J.COLUMBUS 「何日か経つと、(ビートの値段が)高そうだなとか考えちゃって腰が重くなるからサクッと動いたほうがいいんですよね。金額を知って諦めることも多々あるから。ニューヨークのプロデューサーに頼むとびっくりするような値段を提示される時があるけど、俺の勝手なイメージだとベイ・エリアは意外と高くない。実際メカニックスのビートは現実的な値段だった。そこで、どんなビートをリクエストしようかっていう話になりますよね。ILL-TEEと話をしたあとにあらためてメカニックスの〈I'm So Oakland〉っていう俺の好きな曲を聴いたらやっぱりめちゃくちゃカッコよくて。そこはILL-TEEとも意見が一致したから、その曲のテイストに近いビートを送ってもらった感じですね」
ILL-TEE 「〈I'm So Oakland〉は、ベースの音がベェイベェイ鳴ってる感じが特徴的な曲なんですよね。
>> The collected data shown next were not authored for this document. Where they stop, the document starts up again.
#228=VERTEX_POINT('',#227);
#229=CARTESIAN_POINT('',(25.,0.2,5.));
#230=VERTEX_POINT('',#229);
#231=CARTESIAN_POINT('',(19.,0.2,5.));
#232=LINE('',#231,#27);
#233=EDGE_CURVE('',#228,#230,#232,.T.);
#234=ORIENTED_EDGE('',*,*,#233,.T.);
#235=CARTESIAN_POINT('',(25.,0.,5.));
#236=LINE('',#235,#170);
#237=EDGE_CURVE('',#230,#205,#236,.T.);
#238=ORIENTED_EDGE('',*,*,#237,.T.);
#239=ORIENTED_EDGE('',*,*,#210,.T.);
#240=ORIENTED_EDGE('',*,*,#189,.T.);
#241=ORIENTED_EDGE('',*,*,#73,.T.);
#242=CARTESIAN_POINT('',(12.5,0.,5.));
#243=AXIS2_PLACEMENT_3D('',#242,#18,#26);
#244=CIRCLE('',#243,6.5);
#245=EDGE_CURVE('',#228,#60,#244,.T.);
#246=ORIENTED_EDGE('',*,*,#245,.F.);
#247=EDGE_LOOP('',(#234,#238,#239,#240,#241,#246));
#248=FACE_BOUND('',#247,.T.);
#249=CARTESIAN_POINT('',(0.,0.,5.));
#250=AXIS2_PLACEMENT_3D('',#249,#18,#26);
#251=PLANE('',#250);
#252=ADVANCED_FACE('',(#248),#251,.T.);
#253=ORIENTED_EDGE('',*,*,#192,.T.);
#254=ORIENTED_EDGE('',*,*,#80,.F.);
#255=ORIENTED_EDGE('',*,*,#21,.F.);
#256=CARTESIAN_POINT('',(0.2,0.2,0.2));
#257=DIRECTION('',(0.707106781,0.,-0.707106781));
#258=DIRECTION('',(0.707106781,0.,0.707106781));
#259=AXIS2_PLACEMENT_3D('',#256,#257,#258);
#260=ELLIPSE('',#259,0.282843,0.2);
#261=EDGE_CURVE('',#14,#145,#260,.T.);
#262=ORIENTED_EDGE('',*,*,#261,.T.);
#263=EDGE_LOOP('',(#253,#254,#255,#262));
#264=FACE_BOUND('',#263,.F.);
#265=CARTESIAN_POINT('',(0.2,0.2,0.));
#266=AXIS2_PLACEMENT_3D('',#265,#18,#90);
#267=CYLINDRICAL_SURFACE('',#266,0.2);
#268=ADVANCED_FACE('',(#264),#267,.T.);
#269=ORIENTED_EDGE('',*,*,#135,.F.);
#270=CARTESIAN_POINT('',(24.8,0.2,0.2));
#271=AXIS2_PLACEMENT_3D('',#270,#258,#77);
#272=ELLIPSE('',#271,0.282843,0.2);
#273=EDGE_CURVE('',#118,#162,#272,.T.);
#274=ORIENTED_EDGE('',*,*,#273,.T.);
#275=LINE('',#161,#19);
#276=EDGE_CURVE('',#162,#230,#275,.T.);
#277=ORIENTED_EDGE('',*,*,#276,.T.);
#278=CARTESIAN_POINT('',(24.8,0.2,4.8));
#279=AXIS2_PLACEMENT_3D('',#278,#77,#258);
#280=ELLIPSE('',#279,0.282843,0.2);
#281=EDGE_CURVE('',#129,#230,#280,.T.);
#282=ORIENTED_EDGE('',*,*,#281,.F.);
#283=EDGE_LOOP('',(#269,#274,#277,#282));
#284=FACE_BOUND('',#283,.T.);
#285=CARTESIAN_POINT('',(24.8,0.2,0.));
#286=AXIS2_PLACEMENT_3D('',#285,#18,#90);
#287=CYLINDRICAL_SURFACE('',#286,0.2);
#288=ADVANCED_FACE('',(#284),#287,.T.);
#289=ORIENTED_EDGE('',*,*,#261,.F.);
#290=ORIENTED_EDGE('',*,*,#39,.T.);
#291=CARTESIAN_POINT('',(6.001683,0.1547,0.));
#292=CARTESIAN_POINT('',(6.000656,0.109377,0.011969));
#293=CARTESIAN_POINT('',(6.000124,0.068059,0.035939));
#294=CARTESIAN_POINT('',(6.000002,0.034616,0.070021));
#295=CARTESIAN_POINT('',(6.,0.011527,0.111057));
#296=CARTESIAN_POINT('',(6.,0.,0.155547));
で、1週間以内ぐらいにMERCYくん伝いでビートが4曲ぐらいで送られてきたなかから、2曲を選びましたね」
ILL-TEE 「だから、DJフレッシュが誰かと組んで出したアルバムを聴くと、聴いたことあるトラックがよくある。あと、仙人掌が〈BACK TO MAC feat. ERA & MUD〉(仙人掌『VOICE』収録)で使ったDJフレッシュのトラックをベイ・エリアのちょっとマイナーなラッパーが使ってて。それを俺がiTunesで発見してしまった(笑)」
J.COLUMBUS 「最初PRESIDENTS HEIGHTSを3人でやろうってなった時、かつてNORDEってバンドをやってて、いまGang Up On Againstっていうバンドに参加しているHARUKIってヤツのトラックでラップしようって話だったんですよ。HARUKIは昔、Dr.GR名義で、YUKSTA-ILLとかにもトラックを提供しているはず。だから、いろんなセンスのヤツがいて、同じMEDULLAのなかで、MASS-HOLEは東海岸のヒップホップの王道の方に向かったけど、ILL-TEEはベイ・エリアの方向に行ったっていうのも面白い。ILL-TEEはDJもやるしトラックのチョイスの仕方も独特だし、ラップもニューヨークのラップの乗り方とは確実に違う」
――そこで、今回リリースした「STAY TRUE」と「BOTTLE AFTER BOTTLE」の2曲入りのシングルなんですが、前者の1曲目は硬派なステイトメントの曲で、後者の2曲目はレイドバックした曲ですよね。「STAY TRUE」は、トラックはベイ・エリアですけど、タイトルのワード・センスとかは東海岸っぽい感じもありますよね。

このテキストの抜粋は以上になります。